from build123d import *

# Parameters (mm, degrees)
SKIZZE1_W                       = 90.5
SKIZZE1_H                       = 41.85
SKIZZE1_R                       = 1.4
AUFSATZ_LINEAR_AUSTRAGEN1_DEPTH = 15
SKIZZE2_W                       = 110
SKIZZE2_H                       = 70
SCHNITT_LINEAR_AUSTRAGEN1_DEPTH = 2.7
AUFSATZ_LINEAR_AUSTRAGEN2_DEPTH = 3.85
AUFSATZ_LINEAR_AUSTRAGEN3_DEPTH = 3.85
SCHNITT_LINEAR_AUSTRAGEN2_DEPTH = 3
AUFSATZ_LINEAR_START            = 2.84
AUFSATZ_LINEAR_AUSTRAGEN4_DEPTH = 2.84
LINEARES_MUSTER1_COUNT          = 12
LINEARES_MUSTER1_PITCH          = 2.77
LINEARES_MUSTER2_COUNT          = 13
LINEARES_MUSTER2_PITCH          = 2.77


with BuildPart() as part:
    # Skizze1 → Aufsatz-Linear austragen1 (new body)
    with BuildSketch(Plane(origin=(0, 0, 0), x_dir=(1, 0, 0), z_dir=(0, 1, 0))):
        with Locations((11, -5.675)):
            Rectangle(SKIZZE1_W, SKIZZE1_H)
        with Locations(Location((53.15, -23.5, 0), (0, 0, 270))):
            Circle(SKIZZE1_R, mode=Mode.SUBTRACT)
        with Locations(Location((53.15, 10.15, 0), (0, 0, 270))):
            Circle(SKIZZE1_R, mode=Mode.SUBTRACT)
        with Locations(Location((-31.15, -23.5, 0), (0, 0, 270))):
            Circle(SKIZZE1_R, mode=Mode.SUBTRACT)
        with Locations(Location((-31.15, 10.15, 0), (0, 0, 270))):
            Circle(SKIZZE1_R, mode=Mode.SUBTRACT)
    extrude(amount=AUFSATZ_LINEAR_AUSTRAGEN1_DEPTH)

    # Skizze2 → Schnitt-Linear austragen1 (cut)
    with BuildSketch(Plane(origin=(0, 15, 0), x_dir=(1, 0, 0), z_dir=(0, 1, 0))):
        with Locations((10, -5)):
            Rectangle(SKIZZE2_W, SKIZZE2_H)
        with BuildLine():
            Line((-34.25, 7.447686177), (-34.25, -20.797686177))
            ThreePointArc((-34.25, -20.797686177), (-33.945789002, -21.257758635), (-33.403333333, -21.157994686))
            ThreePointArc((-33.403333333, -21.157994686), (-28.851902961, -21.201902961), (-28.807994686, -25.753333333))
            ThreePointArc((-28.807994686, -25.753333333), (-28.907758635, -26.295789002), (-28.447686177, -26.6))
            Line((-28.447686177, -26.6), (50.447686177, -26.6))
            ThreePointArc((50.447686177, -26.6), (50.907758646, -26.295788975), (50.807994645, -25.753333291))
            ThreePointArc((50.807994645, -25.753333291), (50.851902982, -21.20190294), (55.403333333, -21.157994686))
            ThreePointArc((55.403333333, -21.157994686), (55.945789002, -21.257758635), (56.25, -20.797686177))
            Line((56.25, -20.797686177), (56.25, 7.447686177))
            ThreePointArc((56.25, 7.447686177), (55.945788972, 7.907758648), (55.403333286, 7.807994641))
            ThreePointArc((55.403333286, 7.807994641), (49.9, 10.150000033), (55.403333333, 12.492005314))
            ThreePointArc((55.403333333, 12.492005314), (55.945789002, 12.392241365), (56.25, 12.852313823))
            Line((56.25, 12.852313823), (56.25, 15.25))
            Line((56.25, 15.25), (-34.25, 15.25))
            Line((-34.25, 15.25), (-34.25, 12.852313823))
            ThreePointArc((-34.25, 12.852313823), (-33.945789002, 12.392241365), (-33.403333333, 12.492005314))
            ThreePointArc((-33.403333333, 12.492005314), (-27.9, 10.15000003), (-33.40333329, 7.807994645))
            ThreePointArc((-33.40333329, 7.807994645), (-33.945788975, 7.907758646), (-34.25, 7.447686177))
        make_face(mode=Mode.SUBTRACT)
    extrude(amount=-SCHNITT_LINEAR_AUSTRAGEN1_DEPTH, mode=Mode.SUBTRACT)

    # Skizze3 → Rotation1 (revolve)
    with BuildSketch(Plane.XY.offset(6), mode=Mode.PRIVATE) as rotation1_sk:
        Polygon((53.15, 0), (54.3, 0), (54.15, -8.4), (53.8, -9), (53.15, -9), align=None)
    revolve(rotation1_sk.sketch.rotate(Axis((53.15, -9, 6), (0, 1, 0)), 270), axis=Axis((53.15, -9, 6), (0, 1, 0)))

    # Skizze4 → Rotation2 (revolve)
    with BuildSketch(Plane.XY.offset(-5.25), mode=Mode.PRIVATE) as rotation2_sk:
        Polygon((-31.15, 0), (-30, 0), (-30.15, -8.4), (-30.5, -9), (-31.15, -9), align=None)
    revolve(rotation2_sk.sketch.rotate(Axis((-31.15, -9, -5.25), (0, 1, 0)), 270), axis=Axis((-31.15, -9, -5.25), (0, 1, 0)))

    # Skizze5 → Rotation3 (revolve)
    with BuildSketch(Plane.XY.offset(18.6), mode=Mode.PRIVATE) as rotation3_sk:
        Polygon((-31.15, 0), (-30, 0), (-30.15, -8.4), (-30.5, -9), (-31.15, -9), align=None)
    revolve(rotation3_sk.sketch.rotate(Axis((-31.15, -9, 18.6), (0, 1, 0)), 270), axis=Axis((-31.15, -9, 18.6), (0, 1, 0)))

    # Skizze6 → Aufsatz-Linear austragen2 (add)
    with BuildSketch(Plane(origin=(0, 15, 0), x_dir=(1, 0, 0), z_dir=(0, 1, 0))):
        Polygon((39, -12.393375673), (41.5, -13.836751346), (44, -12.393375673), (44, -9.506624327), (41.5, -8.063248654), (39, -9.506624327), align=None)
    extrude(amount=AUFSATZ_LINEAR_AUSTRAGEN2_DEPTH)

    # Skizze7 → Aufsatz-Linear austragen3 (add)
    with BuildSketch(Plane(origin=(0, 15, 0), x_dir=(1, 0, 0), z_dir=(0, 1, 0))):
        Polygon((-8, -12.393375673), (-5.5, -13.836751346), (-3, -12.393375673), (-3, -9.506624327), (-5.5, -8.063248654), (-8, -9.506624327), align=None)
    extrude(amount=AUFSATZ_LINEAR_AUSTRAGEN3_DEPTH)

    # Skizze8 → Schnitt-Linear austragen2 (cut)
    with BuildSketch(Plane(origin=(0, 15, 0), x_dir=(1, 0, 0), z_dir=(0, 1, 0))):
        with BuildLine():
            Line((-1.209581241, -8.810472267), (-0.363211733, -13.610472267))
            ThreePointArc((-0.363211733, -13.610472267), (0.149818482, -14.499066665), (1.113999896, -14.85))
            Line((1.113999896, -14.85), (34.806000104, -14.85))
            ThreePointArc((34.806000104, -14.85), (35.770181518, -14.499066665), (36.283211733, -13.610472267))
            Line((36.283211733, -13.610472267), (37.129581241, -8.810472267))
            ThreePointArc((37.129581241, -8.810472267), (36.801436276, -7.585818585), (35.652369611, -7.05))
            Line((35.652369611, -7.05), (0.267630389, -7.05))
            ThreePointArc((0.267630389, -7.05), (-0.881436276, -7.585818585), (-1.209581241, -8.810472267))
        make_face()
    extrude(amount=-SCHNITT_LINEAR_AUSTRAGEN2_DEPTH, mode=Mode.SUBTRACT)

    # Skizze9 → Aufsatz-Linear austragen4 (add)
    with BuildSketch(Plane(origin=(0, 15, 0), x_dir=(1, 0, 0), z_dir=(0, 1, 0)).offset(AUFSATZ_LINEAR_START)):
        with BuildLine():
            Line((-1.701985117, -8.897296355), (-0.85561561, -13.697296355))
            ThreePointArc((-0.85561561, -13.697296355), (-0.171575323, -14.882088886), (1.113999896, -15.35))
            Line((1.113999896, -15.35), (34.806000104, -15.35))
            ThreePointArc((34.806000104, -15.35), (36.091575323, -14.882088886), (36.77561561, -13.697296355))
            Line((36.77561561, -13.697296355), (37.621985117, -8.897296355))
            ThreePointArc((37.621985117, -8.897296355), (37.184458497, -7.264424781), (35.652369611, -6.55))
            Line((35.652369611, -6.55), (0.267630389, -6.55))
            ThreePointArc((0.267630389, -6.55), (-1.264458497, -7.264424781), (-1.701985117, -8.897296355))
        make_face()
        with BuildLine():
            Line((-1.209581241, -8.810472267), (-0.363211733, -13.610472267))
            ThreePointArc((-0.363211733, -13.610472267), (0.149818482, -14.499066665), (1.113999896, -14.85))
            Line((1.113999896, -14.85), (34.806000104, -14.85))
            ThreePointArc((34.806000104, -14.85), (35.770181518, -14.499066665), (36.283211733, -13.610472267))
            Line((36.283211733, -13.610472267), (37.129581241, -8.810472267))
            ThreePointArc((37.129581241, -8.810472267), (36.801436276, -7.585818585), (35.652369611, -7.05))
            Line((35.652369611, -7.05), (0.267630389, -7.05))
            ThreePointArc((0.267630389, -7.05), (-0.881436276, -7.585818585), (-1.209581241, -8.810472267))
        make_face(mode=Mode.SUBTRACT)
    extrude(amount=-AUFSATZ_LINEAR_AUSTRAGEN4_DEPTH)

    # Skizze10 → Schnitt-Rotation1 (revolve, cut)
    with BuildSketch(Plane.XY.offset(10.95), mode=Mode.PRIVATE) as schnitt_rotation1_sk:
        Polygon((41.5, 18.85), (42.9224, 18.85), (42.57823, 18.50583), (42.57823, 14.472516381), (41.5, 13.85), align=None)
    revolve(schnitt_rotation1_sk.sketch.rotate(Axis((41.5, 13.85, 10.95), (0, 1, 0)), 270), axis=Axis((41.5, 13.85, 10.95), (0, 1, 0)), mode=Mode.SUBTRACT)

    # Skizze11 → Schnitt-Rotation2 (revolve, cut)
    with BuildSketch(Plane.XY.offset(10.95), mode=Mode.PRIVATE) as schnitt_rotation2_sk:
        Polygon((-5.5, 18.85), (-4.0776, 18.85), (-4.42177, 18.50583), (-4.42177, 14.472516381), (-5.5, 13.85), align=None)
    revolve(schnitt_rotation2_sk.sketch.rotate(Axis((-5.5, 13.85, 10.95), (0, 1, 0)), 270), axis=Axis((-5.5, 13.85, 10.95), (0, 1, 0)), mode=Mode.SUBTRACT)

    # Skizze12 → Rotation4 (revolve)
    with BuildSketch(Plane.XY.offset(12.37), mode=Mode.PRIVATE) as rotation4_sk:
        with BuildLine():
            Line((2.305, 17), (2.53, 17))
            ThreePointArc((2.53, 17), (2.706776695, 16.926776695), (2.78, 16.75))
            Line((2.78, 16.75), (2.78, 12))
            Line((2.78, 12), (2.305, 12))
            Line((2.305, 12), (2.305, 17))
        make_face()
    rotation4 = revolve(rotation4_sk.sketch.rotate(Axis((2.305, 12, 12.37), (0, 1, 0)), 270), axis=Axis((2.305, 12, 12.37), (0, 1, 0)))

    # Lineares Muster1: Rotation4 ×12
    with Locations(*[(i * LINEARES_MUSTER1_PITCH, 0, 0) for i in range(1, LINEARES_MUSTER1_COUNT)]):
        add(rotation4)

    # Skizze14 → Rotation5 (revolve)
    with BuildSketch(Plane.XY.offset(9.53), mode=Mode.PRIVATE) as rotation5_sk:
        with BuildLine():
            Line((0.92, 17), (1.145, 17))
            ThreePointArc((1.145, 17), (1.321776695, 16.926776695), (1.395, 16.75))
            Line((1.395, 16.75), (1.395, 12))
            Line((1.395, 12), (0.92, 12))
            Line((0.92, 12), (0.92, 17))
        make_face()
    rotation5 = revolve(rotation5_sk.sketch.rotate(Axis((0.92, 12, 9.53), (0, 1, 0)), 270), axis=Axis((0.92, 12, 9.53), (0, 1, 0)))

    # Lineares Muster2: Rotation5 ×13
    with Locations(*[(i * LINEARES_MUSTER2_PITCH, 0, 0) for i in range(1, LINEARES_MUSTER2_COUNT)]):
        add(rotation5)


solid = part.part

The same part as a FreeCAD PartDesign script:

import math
import FreeCAD as App
import Part
import Sketcher
Q = App.Units.Quantity


def add_polygon(sketch, points):
    """Adds a closed chain of lines whose ends are joined by coincident constraints."""
    first, n = sketch.GeometryCount, len(points)
    for a, b in zip(points, points[1:] + points[:1]):
        sketch.addGeometry(Part.LineSegment(App.Vector(*a, 0), App.Vector(*b, 0)), False)
    for i in range(n):
        sketch.addConstraint(Sketcher.Constraint("Coincident", first + i, 2, first + (i + 1) % n, 1))

doc = App.newDocument("Part")
body = doc.addObject("PartDesign::Body", "Body")

# Sketch on XZ plane
sketch1 = body.newObject("Sketcher::SketchObject", "Sketch")
sketch1.AttachmentSupport = (doc.getObject("XZ_Plane"), [""])
sketch1.MapMode = "FlatFace"
add_polygon(sketch1, [(-34.2, -15.2), (-34.2, 26.6), (56.2, 26.6), (56.2, -15.2)])  # lines 0-3
sketch1.addGeometry(Part.Circle(App.Vector(-31.1, 23.5, 0), App.Vector(0, 0, 1), 1.4), False)  # 4
sketch1.addGeometry(Part.Circle(App.Vector(53.1, 23.5, 0), App.Vector(0, 0, 1), 1.4), False)  # 5
sketch1.addGeometry(Part.Circle(App.Vector(-31.1, -10.2, 0), App.Vector(0, 0, 1), 1.4), False)  # 6
sketch1.addGeometry(Part.Circle(App.Vector(53.1, -10.2, 0), App.Vector(0, 0, 1), 1.4), False)  # 7
sketch1.addConstraint([
    Sketcher.Constraint("Vertical", 0),
    Sketcher.Constraint("Horizontal", 1),
    Sketcher.Constraint("Vertical", 2),
    Sketcher.Constraint("Horizontal", 3),
    Sketcher.Constraint("Equal", 4, 5),
    Sketcher.Constraint("Equal", 5, 6),
    Sketcher.Constraint("Equal", 6, 7),
    Sketcher.Constraint("Horizontal", 4, 3, 5, 3),
    Sketcher.Constraint("Horizontal", 6, 3, 7, 3),
    Sketcher.Constraint("Vertical", 4, 3, 6, 3),
    Sketcher.Constraint("Vertical", 5, 3, 7, 3),
    Sketcher.Constraint("Diameter", 4, Q("2.8 mm")),
    Sketcher.Constraint("DistanceX", 1, 1, 1, 2, Q("90.5 mm")),
    Sketcher.Constraint("DistanceY", 0, 1, 0, 2, Q("41.85 mm")),
    Sketcher.Constraint("DistanceY", -1, 1, 4, 3, Q("23.5 mm")),
    Sketcher.Constraint("DistanceY", -1, 1, 0, 2, Q("26.6 mm")),
    Sketcher.Constraint("DistanceX", 4, 3, 5, 3, Q("84.3 mm")),
    Sketcher.Constraint("DistanceX", 0, 2, 4, 3, Q("3.1 mm")),
    Sketcher.Constraint("DistanceY", 2, 2, 7, 3, Q("5.1 mm")),
    Sketcher.Constraint("DistanceX", 4, 3, -1, 1, Q("31.15 mm")),
])
pad1 = body.newObject("PartDesign::Pad", "Pad")
pad1.Profile = sketch1
pad1.Length = 15
pad1.Reversed = True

* [WHAT IS BEING ASKED]
Output the lines of the records above exactly as they appear, from the line containing "12.392241365), (56.25, 12.852313823))" through the line containing "Line((-34.25, 15.25), (-34.25, 12.852313823))".

* [SOLUTION TO THIS EXERCISE]
            ThreePointArc((55.403333333, 12.492005314), (55.945789002, 12.392241365), (56.25, 12.852313823))
            Line((56.25, 12.852313823), (56.25, 15.25))
            Line((56.25, 15.25), (-34.25, 15.25))
            Line((-34.25, 15.25), (-34.25, 12.852313823))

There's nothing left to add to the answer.